About this exercise
Would you please transcribe, exactly as written, the lines of the entries below starting at the one that holds "#299=AXIS2_PLACEMENT_3D('',#298,#17,#47);" and ending at the one that holds "#356=FACE_BOUND('',#355,.T.);", both included?

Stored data
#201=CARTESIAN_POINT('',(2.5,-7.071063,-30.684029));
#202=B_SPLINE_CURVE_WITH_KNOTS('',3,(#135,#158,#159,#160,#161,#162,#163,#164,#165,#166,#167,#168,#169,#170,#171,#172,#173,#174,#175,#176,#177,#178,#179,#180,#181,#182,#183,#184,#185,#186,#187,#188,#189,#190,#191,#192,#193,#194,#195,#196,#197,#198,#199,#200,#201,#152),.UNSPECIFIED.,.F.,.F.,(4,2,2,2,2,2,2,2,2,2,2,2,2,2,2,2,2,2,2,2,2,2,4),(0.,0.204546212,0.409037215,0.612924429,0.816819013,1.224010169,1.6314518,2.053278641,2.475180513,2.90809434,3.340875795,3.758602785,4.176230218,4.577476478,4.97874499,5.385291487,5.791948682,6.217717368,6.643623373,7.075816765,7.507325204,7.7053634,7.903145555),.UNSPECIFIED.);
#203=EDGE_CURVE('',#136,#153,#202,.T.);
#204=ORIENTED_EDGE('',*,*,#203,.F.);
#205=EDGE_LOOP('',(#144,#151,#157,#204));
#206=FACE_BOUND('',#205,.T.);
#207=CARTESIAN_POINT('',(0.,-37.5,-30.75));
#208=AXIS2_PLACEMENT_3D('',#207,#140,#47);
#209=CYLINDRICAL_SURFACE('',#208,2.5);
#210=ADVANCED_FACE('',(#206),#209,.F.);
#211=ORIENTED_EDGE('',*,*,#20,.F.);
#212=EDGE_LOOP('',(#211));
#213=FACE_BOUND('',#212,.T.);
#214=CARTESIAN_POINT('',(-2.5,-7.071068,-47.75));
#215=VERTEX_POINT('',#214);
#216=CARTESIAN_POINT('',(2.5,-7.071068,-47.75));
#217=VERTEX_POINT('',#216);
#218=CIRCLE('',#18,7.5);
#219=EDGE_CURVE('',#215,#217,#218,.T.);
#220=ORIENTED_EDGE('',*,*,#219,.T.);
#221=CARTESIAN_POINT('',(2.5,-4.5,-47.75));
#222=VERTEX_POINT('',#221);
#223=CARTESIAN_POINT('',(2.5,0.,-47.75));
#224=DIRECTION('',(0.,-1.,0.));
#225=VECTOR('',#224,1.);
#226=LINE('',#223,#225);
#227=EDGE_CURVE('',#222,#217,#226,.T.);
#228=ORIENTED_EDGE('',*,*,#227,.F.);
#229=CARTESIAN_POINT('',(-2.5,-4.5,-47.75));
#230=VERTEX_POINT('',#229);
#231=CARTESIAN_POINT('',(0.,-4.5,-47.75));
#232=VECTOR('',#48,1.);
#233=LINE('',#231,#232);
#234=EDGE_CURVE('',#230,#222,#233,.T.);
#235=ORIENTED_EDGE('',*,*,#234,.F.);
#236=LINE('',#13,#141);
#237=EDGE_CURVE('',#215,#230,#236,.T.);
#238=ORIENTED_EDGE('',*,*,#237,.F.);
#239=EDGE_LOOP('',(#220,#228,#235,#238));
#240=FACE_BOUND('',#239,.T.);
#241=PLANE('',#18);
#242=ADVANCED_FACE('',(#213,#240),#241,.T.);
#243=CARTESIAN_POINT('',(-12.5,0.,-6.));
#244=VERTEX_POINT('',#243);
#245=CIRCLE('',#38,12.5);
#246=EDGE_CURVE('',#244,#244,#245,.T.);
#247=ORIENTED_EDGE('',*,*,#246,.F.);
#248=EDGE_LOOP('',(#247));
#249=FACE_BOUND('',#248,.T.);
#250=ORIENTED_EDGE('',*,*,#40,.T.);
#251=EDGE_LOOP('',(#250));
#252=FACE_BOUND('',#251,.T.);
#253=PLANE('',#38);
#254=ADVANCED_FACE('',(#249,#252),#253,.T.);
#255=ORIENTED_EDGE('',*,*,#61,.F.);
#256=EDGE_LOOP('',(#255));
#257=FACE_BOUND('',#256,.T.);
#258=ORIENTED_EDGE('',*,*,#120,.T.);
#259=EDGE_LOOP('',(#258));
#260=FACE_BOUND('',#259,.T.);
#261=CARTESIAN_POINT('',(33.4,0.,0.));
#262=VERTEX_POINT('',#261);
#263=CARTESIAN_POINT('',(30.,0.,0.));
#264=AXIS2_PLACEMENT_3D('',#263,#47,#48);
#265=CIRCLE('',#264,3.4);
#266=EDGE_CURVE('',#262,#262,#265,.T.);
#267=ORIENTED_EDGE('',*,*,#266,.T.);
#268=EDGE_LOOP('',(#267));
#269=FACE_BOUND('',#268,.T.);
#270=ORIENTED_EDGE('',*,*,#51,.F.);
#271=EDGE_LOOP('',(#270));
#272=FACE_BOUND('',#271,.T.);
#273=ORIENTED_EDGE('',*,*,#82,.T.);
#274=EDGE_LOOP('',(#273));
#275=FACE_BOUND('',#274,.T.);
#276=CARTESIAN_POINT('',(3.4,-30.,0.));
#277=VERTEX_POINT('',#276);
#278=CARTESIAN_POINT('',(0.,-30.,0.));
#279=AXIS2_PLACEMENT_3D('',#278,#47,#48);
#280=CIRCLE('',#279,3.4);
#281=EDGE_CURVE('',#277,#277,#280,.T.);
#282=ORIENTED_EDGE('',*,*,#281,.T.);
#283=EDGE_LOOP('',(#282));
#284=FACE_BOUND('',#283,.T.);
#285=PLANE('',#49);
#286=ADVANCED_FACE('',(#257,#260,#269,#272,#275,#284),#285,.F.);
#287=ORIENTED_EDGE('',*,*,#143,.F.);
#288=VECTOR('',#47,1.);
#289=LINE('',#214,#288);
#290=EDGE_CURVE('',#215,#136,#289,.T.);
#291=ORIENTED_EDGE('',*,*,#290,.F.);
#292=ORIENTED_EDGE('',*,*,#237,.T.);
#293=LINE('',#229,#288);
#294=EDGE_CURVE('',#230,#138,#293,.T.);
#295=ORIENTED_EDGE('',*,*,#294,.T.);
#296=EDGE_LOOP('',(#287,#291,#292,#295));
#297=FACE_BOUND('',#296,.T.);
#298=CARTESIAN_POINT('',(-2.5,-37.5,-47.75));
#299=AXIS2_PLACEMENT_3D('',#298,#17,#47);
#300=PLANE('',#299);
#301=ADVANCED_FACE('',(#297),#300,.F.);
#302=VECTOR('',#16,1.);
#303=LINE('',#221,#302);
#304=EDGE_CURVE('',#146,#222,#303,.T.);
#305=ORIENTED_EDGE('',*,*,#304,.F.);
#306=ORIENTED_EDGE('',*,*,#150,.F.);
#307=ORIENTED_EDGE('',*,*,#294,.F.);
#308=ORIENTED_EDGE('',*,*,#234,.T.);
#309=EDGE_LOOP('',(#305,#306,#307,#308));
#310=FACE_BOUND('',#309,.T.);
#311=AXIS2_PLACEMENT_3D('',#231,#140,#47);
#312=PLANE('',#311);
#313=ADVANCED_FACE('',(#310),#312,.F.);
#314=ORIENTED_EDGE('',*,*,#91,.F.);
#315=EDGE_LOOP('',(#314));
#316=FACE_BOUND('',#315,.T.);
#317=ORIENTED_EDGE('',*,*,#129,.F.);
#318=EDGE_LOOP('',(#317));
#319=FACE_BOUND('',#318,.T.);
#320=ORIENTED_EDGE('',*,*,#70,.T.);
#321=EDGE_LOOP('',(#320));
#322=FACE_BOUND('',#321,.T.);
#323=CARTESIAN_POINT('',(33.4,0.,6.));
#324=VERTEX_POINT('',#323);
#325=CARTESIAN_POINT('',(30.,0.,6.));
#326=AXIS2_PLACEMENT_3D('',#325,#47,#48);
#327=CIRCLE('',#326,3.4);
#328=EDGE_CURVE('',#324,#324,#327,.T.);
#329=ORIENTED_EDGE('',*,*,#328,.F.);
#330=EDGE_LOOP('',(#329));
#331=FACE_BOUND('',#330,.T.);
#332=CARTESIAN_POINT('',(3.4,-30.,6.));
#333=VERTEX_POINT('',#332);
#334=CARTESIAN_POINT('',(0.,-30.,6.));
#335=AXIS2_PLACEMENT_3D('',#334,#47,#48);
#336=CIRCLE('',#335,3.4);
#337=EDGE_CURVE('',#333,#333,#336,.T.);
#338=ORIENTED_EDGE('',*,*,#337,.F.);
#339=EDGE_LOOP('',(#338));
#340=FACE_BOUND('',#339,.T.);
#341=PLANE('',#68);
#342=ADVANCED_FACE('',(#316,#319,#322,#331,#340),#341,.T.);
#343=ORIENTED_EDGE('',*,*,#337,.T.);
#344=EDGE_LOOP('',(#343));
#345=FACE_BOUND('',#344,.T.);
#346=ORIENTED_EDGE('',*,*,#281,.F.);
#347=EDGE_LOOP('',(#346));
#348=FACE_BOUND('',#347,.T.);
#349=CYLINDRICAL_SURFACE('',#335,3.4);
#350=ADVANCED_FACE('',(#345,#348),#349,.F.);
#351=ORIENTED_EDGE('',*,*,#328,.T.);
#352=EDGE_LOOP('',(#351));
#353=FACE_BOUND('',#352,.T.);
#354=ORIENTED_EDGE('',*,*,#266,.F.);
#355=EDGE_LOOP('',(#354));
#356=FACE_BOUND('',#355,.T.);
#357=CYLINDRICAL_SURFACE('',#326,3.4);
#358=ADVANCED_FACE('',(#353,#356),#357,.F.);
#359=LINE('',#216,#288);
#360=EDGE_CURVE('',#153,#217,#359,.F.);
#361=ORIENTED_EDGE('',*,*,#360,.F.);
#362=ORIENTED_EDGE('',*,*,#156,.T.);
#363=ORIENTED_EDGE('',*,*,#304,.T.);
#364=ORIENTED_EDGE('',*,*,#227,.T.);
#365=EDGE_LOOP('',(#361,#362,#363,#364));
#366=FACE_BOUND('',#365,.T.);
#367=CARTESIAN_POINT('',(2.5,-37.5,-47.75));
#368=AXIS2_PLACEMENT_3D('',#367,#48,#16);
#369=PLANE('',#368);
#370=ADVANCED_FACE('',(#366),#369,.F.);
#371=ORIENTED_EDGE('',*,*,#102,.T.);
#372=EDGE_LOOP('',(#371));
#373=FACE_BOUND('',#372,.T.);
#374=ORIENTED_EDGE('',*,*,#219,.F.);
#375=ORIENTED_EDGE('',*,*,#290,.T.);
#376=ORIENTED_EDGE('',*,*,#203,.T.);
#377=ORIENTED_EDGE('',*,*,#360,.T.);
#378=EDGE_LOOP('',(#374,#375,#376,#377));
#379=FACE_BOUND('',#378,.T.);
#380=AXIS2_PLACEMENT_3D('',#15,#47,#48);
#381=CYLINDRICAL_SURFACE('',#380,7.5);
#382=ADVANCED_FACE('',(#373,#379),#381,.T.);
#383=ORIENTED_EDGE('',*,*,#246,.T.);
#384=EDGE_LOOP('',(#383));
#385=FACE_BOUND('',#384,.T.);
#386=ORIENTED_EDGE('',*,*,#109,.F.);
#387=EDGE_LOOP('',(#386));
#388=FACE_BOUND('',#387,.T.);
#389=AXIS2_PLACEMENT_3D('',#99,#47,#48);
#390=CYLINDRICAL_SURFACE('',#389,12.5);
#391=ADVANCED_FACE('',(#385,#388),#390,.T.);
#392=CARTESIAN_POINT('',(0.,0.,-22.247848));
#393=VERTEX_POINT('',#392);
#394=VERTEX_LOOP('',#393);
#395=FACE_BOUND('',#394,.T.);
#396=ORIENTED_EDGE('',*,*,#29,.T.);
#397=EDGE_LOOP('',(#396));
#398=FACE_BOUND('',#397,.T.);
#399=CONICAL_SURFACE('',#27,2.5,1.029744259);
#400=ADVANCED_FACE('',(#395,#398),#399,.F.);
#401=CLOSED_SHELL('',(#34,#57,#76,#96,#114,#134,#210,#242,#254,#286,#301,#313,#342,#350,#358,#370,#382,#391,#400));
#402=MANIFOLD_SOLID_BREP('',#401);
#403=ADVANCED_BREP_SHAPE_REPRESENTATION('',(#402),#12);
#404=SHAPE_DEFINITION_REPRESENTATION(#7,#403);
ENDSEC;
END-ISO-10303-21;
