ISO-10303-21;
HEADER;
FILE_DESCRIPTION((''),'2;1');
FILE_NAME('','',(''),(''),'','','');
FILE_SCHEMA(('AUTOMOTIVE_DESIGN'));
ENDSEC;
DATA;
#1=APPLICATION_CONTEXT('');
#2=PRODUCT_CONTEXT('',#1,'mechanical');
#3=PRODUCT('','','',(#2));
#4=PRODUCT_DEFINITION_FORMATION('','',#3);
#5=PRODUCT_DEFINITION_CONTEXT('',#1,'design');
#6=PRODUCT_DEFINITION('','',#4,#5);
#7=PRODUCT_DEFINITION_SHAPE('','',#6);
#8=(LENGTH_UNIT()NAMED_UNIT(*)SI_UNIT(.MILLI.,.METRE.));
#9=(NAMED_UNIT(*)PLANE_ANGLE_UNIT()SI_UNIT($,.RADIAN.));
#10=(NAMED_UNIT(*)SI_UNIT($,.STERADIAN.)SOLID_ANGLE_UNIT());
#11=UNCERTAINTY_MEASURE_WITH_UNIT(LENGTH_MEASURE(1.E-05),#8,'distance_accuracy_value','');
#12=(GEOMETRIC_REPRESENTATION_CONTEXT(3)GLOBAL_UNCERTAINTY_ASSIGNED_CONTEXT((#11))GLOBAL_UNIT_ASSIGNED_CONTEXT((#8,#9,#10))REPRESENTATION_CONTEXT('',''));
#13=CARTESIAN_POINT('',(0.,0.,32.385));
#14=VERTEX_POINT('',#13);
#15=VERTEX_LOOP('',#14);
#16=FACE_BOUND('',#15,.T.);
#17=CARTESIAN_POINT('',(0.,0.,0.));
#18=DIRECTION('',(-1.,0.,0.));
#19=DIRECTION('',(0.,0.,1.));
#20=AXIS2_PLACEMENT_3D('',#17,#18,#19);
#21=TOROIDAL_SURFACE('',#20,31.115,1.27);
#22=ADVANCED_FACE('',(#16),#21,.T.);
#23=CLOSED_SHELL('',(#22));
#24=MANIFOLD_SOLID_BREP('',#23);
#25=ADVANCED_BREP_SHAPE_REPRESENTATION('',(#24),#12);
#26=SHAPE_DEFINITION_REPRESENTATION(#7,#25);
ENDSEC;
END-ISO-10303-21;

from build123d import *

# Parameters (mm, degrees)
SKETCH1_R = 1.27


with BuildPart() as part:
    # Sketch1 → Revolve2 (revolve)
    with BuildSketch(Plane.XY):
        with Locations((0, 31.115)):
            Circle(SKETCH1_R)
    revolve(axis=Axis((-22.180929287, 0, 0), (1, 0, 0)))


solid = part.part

Solution to the exercise
#299=AXIS2_PLACEMENT_3D('',#298,#17,#47);
#300=PLANE('',#299);
#301=ADVANCED_FACE('',(#297),#300,.F.);
#302=VECTOR('',#16,1.);
#303=LINE('',#221,#302);
#304=EDGE_CURVE('',#146,#222,#303,.T.);
#305=ORIENTED_EDGE('',*,*,#304,.F.);
#306=ORIENTED_EDGE('',*,*,#150,.F.);
#307=ORIENTED_EDGE('',*,*,#294,.F.);
#308=ORIENTED_EDGE('',*,*,#234,.T.);
#309=EDGE_LOOP('',(#305,#306,#307,#308));
#310=FACE_BOUND('',#309,.T.);
#311=AXIS2_PLACEMENT_3D('',#231,#140,#47);
#312=PLANE('',#311);
#313=ADVANCED_FACE('',(#310),#312,.F.);
#314=ORIENTED_EDGE('',*,*,#91,.F.);
#315=EDGE_LOOP('',(#314));
#316=FACE_BOUND('',#315,.T.);
#317=ORIENTED_EDGE('',*,*,#129,.F.);
#318=EDGE_LOOP('',(#317));
#319=FACE_BOUND('',#318,.T.);
#320=ORIENTED_EDGE('',*,*,#70,.T.);
#321=EDGE_LOOP('',(#320));
#322=FACE_BOUND('',#321,.T.);
#323=CARTESIAN_POINT('',(33.4,0.,6.));
#324=VERTEX_POINT('',#323);
#325=CARTESIAN_POINT('',(30.,0.,6.));
#326=AXIS2_PLACEMENT_3D('',#325,#47,#48);
#327=CIRCLE('',#326,3.4);
#328=EDGE_CURVE('',#324,#324,#327,.T.);
#329=ORIENTED_EDGE('',*,*,#328,.F.);
#330=EDGE_LOOP('',(#329));
#331=FACE_BOUND('',#330,.T.);
#332=CARTESIAN_POINT('',(3.4,-30.,6.));
#333=VERTEX_POINT('',#332);
#334=CARTESIAN_POINT('',(0.,-30.,6.));
#335=AXIS2_PLACEMENT_3D('',#334,#47,#48);
#336=CIRCLE('',#335,3.4);
#337=EDGE_CURVE('',#333,#333,#336,.T.);
#338=ORIENTED_EDGE('',*,*,#337,.F.);
#339=EDGE_LOOP('',(#338));
#340=FACE_BOUND('',#339,.T.);
#341=PLANE('',#68);
#342=ADVANCED_FACE('',(#316,#319,#322,#331,#340),#341,.T.);
#343=ORIENTED_EDGE('',*,*,#337,.T.);
#344=EDGE_LOOP('',(#343));
#345=FACE_BOUND('',#344,.T.);
#346=ORIENTED_EDGE('',*,*,#281,.F.);
#347=EDGE_LOOP('',(#346));
#348=FACE_BOUND('',#347,.T.);
#349=CYLINDRICAL_SURFACE('',#335,3.4);
#350=ADVANCED_FACE('',(#345,#348),#349,.F.);
#351=ORIENTED_EDGE('',*,*,#328,.T.);
#352=EDGE_LOOP('',(#351));
#353=FACE_BOUND('',#352,.T.);
#354=ORIENTED_EDGE('',*,*,#266,.F.);
#355=EDGE_LOOP('',(#354));
#356=FACE_BOUND('',#355,.T.);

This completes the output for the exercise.